* **Problem**:
Repeat exactly, and only, the lines of the entries below from the one with "#234=FACE_BOUND('',#233,.T.);" through the one with "#245=EDGE_CURVE('',#240,#46,#244,.T.);", both ends included.

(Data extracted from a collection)

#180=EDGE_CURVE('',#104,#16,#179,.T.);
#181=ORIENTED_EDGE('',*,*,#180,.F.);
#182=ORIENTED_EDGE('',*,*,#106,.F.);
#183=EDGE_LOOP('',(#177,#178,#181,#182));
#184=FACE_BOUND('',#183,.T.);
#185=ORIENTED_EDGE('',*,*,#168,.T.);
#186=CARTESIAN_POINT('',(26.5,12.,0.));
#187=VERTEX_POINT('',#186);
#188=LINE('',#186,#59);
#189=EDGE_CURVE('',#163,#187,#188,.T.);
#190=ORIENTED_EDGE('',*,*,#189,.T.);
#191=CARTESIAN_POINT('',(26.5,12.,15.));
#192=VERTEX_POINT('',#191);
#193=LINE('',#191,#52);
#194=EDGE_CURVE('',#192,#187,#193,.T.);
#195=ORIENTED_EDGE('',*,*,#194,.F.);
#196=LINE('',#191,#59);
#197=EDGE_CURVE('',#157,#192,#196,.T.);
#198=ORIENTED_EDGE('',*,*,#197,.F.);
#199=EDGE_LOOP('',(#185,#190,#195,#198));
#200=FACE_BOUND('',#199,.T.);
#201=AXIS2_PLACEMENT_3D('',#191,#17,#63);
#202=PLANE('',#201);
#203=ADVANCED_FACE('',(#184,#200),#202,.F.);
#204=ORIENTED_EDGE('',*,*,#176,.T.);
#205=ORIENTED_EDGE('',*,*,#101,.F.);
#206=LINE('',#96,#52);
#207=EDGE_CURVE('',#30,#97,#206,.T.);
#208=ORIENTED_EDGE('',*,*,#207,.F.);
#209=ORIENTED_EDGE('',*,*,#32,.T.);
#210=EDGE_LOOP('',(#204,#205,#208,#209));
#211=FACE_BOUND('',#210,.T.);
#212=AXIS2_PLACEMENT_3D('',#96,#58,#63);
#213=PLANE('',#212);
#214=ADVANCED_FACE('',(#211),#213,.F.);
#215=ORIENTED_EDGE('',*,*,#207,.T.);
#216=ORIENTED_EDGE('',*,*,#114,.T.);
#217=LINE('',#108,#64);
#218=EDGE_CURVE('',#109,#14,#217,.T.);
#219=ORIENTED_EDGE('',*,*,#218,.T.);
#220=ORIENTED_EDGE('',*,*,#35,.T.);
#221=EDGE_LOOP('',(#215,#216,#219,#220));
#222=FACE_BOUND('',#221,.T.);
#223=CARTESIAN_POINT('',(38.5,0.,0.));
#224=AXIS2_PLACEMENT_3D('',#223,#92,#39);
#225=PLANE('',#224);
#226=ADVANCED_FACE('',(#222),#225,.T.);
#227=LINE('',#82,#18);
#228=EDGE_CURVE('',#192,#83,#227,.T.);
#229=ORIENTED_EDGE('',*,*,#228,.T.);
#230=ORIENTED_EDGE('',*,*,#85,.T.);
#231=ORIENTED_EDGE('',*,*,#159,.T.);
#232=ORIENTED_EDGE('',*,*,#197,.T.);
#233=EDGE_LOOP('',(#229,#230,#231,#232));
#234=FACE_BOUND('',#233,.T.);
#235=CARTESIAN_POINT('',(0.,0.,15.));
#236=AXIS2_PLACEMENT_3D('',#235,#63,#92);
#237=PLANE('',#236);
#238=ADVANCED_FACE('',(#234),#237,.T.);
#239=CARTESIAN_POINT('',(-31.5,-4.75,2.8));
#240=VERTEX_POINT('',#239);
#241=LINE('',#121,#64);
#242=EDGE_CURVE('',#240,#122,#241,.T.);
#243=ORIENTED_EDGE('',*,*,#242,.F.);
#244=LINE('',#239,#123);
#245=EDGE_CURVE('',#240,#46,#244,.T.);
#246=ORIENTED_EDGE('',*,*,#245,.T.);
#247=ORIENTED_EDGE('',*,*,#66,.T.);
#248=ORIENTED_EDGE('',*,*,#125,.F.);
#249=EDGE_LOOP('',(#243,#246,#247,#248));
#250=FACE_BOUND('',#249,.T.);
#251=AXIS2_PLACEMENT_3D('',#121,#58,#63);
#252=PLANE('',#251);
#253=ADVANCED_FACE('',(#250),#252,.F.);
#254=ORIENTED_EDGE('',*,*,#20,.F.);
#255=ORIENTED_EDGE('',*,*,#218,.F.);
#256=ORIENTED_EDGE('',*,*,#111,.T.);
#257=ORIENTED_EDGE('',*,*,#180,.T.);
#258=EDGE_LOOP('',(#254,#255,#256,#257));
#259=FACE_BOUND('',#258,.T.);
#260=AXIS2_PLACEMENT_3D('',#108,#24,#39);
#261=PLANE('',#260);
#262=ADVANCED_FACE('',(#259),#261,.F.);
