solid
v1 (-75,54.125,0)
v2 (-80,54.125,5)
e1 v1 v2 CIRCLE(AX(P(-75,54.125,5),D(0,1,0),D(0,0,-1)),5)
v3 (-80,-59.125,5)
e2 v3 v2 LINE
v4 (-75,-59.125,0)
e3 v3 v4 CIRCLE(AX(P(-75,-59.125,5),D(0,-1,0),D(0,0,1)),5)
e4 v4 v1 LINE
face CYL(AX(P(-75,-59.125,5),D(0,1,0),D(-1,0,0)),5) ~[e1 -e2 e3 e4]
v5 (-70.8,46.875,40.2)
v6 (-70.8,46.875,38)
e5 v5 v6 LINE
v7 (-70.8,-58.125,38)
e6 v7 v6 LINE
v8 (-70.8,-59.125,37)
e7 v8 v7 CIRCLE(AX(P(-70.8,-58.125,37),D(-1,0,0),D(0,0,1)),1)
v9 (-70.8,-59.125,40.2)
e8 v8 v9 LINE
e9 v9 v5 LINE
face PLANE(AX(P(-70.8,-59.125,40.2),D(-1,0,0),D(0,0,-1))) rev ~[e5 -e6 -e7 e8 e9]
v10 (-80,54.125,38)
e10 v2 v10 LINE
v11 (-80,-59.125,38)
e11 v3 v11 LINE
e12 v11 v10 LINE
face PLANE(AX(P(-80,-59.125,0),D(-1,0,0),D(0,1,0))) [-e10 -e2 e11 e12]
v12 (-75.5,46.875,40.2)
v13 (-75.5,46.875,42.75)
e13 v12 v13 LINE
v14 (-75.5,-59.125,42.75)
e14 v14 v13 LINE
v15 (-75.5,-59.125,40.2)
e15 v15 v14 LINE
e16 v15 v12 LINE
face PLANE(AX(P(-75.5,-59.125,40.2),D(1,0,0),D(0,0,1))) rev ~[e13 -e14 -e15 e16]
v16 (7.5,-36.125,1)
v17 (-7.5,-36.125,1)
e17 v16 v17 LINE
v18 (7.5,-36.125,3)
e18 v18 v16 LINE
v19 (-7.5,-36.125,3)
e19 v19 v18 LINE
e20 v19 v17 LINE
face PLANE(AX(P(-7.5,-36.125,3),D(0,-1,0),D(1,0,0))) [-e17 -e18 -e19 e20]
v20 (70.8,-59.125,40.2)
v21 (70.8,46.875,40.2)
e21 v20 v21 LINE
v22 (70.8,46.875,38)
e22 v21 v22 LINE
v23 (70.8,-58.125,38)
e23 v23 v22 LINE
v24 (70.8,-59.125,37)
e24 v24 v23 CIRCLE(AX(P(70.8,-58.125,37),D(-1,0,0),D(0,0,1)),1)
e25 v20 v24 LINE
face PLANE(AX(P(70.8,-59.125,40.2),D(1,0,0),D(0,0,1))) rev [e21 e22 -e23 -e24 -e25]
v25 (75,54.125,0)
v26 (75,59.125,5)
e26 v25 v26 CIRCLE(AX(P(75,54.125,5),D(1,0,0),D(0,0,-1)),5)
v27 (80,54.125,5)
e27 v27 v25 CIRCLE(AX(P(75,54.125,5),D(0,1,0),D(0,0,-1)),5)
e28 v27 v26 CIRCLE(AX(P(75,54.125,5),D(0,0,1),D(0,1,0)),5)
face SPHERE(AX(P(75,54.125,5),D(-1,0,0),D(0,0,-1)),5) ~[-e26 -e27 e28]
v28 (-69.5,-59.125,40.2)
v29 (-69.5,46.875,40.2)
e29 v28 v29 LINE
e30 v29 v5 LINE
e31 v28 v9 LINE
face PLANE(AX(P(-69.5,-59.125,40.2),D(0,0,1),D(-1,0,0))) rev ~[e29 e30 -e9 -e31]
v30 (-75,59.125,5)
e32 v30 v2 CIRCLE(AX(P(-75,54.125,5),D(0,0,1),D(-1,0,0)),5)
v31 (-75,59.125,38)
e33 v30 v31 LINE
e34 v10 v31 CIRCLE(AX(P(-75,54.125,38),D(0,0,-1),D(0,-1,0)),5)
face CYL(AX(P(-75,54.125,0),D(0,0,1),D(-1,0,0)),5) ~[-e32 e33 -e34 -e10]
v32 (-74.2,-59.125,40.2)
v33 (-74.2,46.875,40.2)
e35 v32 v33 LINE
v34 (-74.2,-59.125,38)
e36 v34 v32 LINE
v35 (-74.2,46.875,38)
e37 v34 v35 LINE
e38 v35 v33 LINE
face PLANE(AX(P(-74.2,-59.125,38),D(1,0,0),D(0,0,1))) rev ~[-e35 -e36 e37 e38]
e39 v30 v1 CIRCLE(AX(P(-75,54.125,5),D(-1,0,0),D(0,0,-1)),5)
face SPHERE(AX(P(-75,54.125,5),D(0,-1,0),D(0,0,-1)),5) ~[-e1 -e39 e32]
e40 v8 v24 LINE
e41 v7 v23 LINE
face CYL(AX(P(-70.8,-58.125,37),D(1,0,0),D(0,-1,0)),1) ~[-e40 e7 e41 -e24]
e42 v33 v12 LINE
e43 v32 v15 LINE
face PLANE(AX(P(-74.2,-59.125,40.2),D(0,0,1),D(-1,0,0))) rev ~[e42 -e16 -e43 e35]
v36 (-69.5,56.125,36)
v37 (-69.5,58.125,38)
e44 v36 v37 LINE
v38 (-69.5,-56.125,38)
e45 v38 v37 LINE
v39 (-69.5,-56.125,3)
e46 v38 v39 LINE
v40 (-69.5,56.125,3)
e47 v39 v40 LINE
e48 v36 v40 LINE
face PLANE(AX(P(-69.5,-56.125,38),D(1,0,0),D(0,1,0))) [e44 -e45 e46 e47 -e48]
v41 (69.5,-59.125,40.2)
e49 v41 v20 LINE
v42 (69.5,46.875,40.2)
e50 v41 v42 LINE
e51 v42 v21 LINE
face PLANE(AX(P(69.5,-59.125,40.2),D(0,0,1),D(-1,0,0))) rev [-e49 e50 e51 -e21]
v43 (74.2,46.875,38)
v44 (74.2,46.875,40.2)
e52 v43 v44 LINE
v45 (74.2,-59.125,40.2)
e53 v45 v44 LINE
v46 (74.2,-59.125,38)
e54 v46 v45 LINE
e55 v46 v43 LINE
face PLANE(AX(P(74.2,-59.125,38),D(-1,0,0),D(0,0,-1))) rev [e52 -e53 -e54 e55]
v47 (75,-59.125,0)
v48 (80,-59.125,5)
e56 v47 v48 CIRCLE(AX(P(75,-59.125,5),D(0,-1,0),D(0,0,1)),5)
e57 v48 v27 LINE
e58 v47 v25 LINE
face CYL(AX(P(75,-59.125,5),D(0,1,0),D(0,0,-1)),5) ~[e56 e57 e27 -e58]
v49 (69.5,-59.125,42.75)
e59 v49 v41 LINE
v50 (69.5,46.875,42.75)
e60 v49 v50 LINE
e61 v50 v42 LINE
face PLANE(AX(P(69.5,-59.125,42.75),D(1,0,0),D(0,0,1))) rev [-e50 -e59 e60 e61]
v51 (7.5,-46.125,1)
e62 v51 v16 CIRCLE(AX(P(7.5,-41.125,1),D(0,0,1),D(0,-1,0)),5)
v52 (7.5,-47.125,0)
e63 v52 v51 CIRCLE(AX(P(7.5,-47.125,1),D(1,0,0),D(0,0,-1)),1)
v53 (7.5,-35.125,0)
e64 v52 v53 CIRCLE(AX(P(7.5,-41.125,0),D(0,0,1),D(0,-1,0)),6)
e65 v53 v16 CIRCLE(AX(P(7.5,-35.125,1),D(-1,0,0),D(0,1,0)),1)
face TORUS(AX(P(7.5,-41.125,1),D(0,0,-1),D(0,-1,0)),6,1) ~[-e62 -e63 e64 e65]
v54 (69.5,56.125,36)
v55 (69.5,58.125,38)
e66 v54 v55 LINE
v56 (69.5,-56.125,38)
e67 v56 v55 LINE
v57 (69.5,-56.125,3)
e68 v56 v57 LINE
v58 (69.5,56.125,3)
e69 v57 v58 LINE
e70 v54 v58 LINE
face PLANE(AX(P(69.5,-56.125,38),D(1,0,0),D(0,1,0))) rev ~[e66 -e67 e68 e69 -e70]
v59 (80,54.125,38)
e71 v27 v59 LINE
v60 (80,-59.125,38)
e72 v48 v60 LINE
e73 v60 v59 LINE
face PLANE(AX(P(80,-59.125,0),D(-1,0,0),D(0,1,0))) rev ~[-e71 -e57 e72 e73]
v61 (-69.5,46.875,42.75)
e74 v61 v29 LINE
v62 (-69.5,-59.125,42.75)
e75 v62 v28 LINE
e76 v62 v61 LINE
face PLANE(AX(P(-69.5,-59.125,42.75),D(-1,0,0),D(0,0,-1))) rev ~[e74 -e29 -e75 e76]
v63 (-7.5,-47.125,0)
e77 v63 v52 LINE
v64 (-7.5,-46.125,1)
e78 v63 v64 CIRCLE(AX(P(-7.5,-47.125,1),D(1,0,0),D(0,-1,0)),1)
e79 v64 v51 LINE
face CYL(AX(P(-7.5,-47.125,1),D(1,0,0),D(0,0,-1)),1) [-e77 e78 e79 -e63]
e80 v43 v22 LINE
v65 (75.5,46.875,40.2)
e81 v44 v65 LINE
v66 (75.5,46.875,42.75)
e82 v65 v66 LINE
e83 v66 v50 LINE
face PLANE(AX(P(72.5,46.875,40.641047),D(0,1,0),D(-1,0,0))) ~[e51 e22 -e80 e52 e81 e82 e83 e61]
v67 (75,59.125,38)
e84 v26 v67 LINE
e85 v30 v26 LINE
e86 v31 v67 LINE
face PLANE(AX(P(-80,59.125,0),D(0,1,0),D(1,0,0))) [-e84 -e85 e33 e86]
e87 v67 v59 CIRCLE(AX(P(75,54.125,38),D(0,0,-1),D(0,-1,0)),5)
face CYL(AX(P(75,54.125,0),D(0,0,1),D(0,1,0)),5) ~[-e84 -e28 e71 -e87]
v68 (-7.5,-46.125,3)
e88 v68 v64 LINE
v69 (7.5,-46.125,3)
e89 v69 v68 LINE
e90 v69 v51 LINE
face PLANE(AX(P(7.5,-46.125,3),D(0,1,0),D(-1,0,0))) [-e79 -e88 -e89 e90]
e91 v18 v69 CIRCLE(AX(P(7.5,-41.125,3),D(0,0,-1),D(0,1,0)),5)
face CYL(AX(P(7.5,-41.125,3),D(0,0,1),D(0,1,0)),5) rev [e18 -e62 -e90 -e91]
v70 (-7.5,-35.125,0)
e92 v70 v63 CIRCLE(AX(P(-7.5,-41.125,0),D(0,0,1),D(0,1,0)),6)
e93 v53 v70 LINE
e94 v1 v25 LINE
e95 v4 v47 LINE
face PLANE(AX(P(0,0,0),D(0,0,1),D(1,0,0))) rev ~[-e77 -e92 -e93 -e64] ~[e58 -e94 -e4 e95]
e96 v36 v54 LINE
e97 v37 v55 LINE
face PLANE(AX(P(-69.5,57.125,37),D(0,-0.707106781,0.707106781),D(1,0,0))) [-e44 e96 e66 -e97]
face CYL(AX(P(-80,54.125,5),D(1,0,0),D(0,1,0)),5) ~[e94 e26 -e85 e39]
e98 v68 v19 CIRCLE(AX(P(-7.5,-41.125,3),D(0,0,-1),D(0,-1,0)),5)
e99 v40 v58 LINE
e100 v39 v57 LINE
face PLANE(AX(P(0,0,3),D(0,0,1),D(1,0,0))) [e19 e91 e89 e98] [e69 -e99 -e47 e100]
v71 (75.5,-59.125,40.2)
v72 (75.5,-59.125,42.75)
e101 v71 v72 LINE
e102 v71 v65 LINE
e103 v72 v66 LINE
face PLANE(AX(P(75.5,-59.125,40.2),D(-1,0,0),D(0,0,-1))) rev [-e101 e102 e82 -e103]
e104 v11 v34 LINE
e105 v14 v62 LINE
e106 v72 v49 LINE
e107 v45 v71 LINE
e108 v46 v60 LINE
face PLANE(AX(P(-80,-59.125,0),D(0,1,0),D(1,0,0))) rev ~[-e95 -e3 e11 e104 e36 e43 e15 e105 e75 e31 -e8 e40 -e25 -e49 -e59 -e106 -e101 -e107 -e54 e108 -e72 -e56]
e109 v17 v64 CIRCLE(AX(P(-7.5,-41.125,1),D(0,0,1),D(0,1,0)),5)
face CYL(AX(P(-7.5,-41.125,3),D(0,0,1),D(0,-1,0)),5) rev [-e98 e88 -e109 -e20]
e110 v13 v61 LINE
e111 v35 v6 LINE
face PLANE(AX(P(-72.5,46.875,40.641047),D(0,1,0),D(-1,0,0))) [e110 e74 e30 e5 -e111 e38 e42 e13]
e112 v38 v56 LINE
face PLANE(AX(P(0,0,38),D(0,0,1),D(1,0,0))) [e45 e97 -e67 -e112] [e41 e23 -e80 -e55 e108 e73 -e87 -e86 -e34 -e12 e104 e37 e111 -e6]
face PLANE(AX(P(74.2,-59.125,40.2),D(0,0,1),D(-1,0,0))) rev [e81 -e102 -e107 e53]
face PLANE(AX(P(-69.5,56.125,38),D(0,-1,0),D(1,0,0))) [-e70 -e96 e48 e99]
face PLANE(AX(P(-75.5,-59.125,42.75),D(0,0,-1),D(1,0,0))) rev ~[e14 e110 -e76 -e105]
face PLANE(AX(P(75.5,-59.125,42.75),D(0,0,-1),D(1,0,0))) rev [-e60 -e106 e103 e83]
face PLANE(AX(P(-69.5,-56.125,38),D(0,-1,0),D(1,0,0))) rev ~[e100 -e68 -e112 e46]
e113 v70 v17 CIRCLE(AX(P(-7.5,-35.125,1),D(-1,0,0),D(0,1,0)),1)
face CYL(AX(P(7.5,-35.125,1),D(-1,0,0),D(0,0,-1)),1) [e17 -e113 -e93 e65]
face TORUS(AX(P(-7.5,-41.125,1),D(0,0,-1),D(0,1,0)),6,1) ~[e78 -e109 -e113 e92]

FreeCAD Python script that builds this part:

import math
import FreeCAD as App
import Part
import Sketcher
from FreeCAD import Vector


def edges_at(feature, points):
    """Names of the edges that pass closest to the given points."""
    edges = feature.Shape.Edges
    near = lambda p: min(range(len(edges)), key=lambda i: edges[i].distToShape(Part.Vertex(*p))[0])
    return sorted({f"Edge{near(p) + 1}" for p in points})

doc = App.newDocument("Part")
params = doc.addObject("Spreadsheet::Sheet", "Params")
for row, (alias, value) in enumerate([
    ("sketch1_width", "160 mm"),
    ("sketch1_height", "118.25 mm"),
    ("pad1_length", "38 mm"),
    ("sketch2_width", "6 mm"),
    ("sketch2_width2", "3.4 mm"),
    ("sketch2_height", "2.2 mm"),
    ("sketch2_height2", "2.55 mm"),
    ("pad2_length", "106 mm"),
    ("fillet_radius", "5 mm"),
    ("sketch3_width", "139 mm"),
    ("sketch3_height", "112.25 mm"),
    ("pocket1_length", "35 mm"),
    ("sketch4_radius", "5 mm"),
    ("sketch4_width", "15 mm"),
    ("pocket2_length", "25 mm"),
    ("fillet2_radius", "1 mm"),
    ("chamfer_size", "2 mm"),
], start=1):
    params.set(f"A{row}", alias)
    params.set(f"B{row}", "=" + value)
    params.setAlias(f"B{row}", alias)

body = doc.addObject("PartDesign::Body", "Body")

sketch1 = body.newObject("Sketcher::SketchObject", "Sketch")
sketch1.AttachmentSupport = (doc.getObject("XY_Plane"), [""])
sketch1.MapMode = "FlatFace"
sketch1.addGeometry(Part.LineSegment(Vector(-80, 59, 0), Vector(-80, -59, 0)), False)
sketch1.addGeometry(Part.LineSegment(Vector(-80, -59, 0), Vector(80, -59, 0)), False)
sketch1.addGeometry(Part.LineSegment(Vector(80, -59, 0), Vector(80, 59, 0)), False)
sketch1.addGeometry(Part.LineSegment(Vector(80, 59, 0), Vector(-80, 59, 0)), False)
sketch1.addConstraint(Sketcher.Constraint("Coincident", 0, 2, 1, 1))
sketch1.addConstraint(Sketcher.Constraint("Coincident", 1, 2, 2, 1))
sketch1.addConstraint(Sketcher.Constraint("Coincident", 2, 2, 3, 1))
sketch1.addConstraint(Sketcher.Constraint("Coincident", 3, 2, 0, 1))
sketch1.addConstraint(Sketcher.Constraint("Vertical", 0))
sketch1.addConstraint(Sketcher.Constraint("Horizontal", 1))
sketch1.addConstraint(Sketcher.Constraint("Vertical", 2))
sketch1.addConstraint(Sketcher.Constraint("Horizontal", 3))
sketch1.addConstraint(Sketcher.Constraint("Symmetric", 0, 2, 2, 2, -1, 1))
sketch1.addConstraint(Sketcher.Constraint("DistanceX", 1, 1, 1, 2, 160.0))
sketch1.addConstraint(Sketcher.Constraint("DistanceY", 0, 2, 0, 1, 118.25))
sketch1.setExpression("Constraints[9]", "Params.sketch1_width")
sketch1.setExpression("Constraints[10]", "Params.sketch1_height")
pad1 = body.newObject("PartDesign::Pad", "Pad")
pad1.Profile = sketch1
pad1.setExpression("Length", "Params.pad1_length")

* **Solution for this exercise**:
#234=FACE_BOUND('',#233,.T.);
#235=CARTESIAN_POINT('',(0.,0.,15.));
#236=AXIS2_PLACEMENT_3D('',#235,#63,#92);
#237=PLANE('',#236);
#238=ADVANCED_FACE('',(#234),#237,.T.);
#239=CARTESIAN_POINT('',(-31.5,-4.75,2.8));
#240=VERTEX_POINT('',#239);
#241=LINE('',#121,#64);
#242=EDGE_CURVE('',#240,#122,#241,.T.);
#243=ORIENTED_EDGE('',*,*,#242,.F.);
#244=LINE('',#239,#123);
#245=EDGE_CURVE('',#240,#46,#244,.T.);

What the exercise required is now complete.